The pastor is journaling; he finds it tough to stay with it.

A friend texted to ask if I would talk about how a minister with a full-time congregation can discipline himself to do a daily journal.  I’m not sure I’m the one to ask, for a good reason.

When I began keeping a journal, back in early 1990, I was between churches.  Long story told elsewhere, but with a 12-month paid leave of absence I had time on my hands.  Knowing that at the end of August 1990 my income would end and finding that pastor search committees were afraid of me–“If he’s so good, why is he available?”–I made a decision to journal.  I figured someday I would look back and wonder what I was thinking during this time.  So, I bought a hard-bound book and started writing each evening. Where to find those books? Barnes and Noble.  Hobby Lobby.  Even Wal-Mart.

Now, since I was unemployed, I had time for this and did not need the discipline my friend seems to need.  In September 1990 when I began pastoring in metro New Orleans, I found it relatively easy to stay with the program since I had formed the habit.

So, what follows will only partially answer my friend’s question.  But this is what I’ve come up with on the subject of “pastoral journaling.”  Hope it helps.

  1. First, find a good reason for writing a journal. Without this, you probably won’t stick with it.
  2. Find some interesting subjects you want to write about (see #8 below). Bear in mind that you can always add to what you’ve written, particularly if you’re using a Word document.  (When I started, laptops were not an option and I used the old- fashioned pen and book.)
  3. Decide for whom and to whom you are writing.  At first I was writing for some future version of myself.  Then, I read one day that a journal is primarily for one’s grandchildren or even beyond.  We are writing for history, in a way. The line from Psalm 102:18 fits here: This will be written for the generation to come, that a people yet to be created may praise the Lord. 
  4. At first, you may not have any idea what may become of this journal.
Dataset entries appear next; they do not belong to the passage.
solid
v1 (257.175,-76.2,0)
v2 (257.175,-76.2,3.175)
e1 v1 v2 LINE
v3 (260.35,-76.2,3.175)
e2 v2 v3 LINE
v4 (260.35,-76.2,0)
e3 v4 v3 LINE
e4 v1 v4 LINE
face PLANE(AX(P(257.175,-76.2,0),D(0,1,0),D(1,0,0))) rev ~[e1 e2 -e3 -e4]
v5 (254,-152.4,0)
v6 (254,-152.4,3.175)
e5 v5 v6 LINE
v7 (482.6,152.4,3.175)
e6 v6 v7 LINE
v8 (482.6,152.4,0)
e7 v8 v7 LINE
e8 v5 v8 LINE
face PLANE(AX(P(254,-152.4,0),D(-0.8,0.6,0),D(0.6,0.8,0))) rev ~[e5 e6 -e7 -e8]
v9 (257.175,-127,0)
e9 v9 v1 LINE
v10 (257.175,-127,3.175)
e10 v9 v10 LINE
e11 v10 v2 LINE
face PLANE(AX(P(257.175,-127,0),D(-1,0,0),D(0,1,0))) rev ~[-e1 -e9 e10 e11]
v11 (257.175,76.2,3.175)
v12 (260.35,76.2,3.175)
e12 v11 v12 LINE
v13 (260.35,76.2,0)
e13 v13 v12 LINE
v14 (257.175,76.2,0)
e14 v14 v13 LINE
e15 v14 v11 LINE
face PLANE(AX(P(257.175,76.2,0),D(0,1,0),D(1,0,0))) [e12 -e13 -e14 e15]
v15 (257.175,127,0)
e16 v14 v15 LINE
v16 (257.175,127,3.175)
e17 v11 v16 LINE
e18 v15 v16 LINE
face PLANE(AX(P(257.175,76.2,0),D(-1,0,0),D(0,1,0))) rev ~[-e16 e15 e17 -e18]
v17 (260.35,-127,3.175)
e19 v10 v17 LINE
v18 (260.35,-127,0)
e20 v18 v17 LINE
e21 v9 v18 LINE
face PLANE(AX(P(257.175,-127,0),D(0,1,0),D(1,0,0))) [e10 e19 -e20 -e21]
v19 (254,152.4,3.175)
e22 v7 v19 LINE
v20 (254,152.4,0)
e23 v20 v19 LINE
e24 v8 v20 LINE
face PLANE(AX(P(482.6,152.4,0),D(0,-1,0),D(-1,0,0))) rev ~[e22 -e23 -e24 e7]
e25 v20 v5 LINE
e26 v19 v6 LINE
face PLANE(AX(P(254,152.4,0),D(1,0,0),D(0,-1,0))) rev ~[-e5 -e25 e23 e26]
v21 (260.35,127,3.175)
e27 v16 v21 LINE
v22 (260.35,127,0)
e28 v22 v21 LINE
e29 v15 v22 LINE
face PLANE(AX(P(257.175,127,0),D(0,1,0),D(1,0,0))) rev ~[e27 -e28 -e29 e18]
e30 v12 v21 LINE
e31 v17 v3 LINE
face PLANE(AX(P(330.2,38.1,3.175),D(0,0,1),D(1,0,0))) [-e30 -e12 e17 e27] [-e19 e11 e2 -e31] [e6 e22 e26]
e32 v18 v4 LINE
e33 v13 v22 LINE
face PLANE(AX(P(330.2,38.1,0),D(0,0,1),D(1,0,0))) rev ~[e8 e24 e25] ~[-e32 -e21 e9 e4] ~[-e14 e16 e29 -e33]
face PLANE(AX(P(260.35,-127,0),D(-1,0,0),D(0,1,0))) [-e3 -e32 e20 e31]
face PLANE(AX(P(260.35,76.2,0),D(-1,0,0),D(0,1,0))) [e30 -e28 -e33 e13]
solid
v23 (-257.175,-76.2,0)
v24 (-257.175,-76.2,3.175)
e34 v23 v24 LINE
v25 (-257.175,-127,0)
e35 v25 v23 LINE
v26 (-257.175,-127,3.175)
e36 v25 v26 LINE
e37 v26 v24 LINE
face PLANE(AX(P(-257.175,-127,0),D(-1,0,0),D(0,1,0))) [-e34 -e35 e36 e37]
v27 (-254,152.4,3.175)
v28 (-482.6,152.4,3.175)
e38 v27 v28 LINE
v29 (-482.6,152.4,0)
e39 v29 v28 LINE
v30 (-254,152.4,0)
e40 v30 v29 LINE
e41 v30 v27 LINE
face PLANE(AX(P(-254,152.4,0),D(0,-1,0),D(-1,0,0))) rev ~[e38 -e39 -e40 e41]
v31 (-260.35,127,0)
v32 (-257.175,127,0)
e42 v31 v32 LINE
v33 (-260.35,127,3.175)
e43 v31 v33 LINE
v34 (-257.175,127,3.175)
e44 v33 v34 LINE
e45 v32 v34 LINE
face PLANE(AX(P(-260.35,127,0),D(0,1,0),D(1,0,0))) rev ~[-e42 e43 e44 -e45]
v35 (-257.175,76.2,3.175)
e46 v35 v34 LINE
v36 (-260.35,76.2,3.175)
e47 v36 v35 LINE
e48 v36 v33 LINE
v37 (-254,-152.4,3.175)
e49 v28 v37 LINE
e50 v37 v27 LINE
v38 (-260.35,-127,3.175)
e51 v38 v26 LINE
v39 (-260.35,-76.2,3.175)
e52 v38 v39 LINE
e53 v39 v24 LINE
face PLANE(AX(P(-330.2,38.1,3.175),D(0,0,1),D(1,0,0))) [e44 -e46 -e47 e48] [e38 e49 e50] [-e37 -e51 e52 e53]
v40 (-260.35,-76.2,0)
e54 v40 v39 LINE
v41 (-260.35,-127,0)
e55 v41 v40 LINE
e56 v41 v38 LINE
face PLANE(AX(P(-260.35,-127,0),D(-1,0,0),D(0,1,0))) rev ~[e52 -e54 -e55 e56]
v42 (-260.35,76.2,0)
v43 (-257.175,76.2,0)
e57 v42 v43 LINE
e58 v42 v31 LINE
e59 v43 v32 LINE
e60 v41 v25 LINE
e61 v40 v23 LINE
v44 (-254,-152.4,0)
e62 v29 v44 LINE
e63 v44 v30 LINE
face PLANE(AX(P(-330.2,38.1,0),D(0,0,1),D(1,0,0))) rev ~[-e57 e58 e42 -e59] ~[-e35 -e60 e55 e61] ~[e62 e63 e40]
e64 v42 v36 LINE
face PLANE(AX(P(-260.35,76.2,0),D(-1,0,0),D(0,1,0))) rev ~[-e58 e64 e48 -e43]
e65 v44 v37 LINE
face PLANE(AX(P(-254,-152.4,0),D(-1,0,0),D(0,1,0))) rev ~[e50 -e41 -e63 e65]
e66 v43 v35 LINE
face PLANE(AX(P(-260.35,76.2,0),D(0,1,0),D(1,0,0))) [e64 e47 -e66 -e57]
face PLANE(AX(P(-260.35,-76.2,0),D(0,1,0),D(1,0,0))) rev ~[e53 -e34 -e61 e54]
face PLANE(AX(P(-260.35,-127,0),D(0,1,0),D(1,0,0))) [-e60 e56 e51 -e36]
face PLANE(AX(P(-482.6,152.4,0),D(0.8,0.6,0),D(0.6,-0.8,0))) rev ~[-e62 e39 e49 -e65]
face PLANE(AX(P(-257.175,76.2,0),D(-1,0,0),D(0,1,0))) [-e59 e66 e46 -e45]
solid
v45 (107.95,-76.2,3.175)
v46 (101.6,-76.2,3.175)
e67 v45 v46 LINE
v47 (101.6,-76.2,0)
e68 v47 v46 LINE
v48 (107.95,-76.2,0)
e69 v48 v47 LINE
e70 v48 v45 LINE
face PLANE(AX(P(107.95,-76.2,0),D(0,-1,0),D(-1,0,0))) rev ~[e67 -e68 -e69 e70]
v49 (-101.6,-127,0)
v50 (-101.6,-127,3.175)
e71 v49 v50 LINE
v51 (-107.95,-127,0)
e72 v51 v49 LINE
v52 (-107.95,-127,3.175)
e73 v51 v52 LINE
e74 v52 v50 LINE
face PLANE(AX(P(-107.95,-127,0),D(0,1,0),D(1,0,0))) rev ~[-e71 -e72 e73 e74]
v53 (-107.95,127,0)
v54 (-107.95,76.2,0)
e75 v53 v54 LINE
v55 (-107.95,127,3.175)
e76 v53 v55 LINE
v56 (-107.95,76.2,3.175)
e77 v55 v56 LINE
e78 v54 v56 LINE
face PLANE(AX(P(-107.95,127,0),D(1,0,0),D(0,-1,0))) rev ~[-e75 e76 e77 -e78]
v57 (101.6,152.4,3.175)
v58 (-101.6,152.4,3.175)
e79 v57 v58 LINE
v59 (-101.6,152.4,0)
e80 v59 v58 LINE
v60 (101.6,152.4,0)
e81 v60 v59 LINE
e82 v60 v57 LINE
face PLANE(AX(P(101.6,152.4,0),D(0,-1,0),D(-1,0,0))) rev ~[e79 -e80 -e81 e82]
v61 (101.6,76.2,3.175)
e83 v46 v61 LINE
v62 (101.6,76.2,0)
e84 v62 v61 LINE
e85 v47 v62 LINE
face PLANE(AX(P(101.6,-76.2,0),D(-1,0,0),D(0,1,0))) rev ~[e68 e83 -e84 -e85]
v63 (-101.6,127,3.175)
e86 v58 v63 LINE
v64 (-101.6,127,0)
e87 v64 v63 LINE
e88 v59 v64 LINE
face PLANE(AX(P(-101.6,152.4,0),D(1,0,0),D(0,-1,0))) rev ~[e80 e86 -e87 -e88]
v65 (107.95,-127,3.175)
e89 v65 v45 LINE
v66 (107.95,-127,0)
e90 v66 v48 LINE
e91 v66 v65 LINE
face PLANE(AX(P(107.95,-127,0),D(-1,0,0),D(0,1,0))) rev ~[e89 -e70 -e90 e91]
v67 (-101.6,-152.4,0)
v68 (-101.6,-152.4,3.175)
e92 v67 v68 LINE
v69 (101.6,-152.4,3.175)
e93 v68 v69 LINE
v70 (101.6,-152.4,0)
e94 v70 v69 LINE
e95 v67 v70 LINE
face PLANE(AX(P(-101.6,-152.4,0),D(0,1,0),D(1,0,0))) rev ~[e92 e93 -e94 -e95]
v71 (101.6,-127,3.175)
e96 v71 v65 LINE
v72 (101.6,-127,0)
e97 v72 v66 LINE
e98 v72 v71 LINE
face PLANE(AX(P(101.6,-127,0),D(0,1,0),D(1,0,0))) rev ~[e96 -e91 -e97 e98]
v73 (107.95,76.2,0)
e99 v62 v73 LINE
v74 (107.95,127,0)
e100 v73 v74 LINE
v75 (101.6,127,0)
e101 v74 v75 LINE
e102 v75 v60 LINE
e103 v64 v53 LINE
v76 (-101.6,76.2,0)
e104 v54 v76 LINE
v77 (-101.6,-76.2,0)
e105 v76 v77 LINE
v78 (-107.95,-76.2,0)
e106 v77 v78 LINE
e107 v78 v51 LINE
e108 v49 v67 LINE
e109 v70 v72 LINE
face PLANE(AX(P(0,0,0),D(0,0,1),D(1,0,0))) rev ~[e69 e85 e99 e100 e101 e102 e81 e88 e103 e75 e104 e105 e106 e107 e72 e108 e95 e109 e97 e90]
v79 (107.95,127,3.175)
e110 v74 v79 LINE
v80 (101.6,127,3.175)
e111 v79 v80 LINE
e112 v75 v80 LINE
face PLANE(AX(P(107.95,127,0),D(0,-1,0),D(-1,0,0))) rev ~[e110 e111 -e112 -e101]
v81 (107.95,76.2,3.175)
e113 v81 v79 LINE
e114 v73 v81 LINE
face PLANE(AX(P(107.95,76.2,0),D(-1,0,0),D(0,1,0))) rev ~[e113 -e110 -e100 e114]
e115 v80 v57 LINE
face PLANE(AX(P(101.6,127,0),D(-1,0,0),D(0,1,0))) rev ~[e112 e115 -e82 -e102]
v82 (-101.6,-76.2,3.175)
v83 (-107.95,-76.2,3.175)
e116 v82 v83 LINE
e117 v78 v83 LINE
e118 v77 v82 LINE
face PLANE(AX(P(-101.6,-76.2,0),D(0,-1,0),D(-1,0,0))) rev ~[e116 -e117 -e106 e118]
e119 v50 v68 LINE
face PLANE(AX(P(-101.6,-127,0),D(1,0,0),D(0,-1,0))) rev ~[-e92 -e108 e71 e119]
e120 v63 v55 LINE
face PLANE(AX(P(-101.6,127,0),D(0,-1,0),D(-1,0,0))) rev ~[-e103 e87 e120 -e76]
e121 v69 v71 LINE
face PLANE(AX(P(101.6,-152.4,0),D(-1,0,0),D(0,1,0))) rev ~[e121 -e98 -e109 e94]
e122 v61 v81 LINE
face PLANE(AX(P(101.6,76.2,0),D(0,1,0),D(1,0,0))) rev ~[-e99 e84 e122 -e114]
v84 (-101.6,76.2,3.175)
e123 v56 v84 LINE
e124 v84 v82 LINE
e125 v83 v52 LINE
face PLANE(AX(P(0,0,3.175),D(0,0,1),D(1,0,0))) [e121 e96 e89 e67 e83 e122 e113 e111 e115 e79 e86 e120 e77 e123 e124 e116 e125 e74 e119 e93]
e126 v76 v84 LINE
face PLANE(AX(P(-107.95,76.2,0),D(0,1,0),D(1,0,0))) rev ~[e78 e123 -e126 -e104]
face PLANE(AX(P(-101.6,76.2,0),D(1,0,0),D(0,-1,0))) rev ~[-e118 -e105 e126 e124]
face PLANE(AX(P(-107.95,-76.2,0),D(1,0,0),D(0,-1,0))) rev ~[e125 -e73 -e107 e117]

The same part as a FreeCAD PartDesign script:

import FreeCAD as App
import Part
import Sketcher
Q = App.Units.Quantity

doc = App.newDocument("Part")
body = doc.addObject("PartDesign::Body", "Body")
body.AllowCompound = True

# Sketch on XY plane
sketch1 = body.newObject("Sketcher::SketchObject", "Sketch")
sketch1.AttachmentSupport = (doc.getObject("XY_Plane"), [""])
sketch1.MapMode = "FlatFace"
sketch1.addGeometry([
    Part.LineSegment(App.Vector(101.6, 152.4, 0), App.Vector(-101.6, 152.4, 0)),  # 0
    Part.LineSegment(App.Vector(-101.6, 152.4, 0), App.Vector(-101.6, 127, 0)),  # 1
    Part.LineSegment(App.Vector(-101.6, 127, 0), App.Vector(-108, 127, 0)),  # 2
    Part.LineSegment(App.Vector(-108, 127, 0), App.Vector(-108, 76.2, 0)),  # 3
    Part.LineSegment(App.Vector(-108, 76.2, 0), App.Vector(-101.6, 76.2, 0)),  # 4
    Part.LineSegment(App.Vector(-101.6, 76.2, 0), App.Vector(-101.6, -76.2, 0)),  # 5
    Part.LineSegment(App.Vector(-101.6, -76.2, 0), App.Vector(-108, -76.2, 0)),  # 6
    Part.LineSegment(App.Vector(-108, -76.2, 0), App.Vector(-108, -127, 0)),  # 7
    Part.LineSegment(App.Vector(-108, -127, 0), App.Vector(-101.6, -127, 0)),  # 8
    Part.LineSegment(App.Vector(-101.6, -127, 0), App.Vector(-101.6, -152.4, 0)),  # 9
    Part.LineSegment(App.Vector(-101.6, -152.4, 0), App.Vector(101.6, -152.4, 0)),  # 10
    Part.LineSegment(App.Vector(101.6, -152.4, 0), App.Vector(101.6, -127, 0)),  # 11
    Part.LineSegment(App.Vector(101.6, -127, 0), App.Vector(108, -127, 0)),  # 12
    Part.LineSegment(App.Vector(108, -127, 0), App.Vector(108, -76.2, 0)),  # 13
    Part.LineSegment(App.Vector(108, -76.2, 0), App.Vector(101.6, -76.2, 0)),  # 14
    Part.LineSegment(App.Vector(101.6, -76.2, 0), App.Vector(101.6, 76.2, 0)),  # 15
    Part.LineSegment(App.Vector(101.6, 76.2, 0), App.Vector(108, 76.2, 0)),  # 16
    Part.LineSegment(App.Vector(108, 76.2, 0), App.Vector(108, 127, 0)),  # 17
    Part.LineSegment(App.Vector(108, 127, 0), App.Vector(101.6, 127, 0)),  # 18
    Part.LineSegment(App.Vector(101.6, 127, 0), App.Vector(101.6, 152.4, 0)),  # 19
    Part.LineSegment(App.Vector(-482.6, 152.4, 0), App.Vector(-254, -152.4, 0)),  # 20
    Part.LineSegment(App.Vector(-254, -152.4, 0), App.Vector(-254, 152.4, 0)),  # 21
    Part.LineSegment(App.Vector(-254, 152.4, 0), App.Vector(-482.6, 152.4, 0)),  # 22
    Part.LineSegment(App.Vector(-257.2, -127, 0), App.Vector(-260.4, -127, 0)),  # 23
    Part.LineSegment(App.Vector(-260.4, -127, 0), App.Vector(-260.4, -76.2, 0)),  # 24
    Part.LineSegment(App.Vector(-260.4, -76.2, 0), App.Vector(-257.2, -76.2, 0)),  # 25
    Part.LineSegment(App.Vector(-257.2, -76.2, 0), App.Vector(-257.2, -127, 0)),  # 26
    Part.LineSegment(App.Vector(-257.2, 76.2, 0), App.Vector(-260.4, 76.2, 0)),  # 27
    Part.LineSegment(App.Vector(-260.4, 76.2, 0), App.Vector(-260.4, 127, 0)),  # 28
    Part.LineSegment(App.Vector(-260.4, 127, 0), App.Vector(-257.2, 127, 0)),  # 29
    Part.LineSegment(App.Vector(-257.2, 127, 0), App.Vector(-257.2, 76.2, 0)),  # 30
    Part.LineSegment(App.Vector(254, 152.4, 0), App.Vector(254, -152.4, 0)),  # 31
    Part.LineSegment(App.Vector(254, -152.4, 0), App.Vector(482.6, 152.4, 0)),  # 32
    Part.LineSegment(App.Vector(482.6, 152.4, 0), App.Vector(254, 152.4, 0)),  # 33
    Part.LineSegment(App.Vector(260.4, -127, 0), App.Vector(257.2, -127, 0)),  # 34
So, don’t worry about it.  In my case, I ended the journal sometime around the year 2000, as the 56 books were filling all the space available.  Eventually, since the library at New Orleans Baptist Theological Seminary will be receiving all my “papers,” they will own these volumes too.  What they do with them is anybody’s guess.
  5. Don’t let journaling be burdensome.  Enjoy it.
  6. Get your wife to support you in this.  Discuss with her the best way for her to encourage you, whatever that ends up being.
  7. Find a secure place to keep the books.  This is private information and not to be on shelves in the living room, yet you will want access to it.
  8. Little by little, decide what you want to include and what to omit. Here are some suggestions, based on what I did.  Write about–

–Who you talked with today

–What you did today

–Anything that is stressing you or causing you anxiety right now

–What your family members are going through

–Anything happening in your family you will want to remember.  The decade of the 1990s saw most of my eight grandchildren being born.  So, if they wanted to, they could pick up one of these journals and read about their birth.

–Talk about the deacons meeting or the church business meeting, particularly if it causes you grief or concern.  You’ll want this for the future.

–Write about what you did wrong in the last church or could have done better

–Talk about lessons you learned from each church you pastored

–On Saturday, write out the essence of tomorrow’s sermon.  Write the illustrations in more detail.  Do not assume you will remember that great story.  Tell it all.

–List what you are praying for these days.

9. Go back occasionally and read past posts.  Make decisions on what you need to do differently or better from now on.

10. Write about Scripture you are studying and the things you are learning.

11. Write about books you are reading, and not just the religious ones.  If the content is worth your time, something in it will more than likely be worth keeping.

The word journal comes from jour, the French word for “day.”  It gave us journey, the trip of a day.  The restaurant’s menu may feature the soup du jour.  The point being: Tell us what you did today!  And have fun doing it.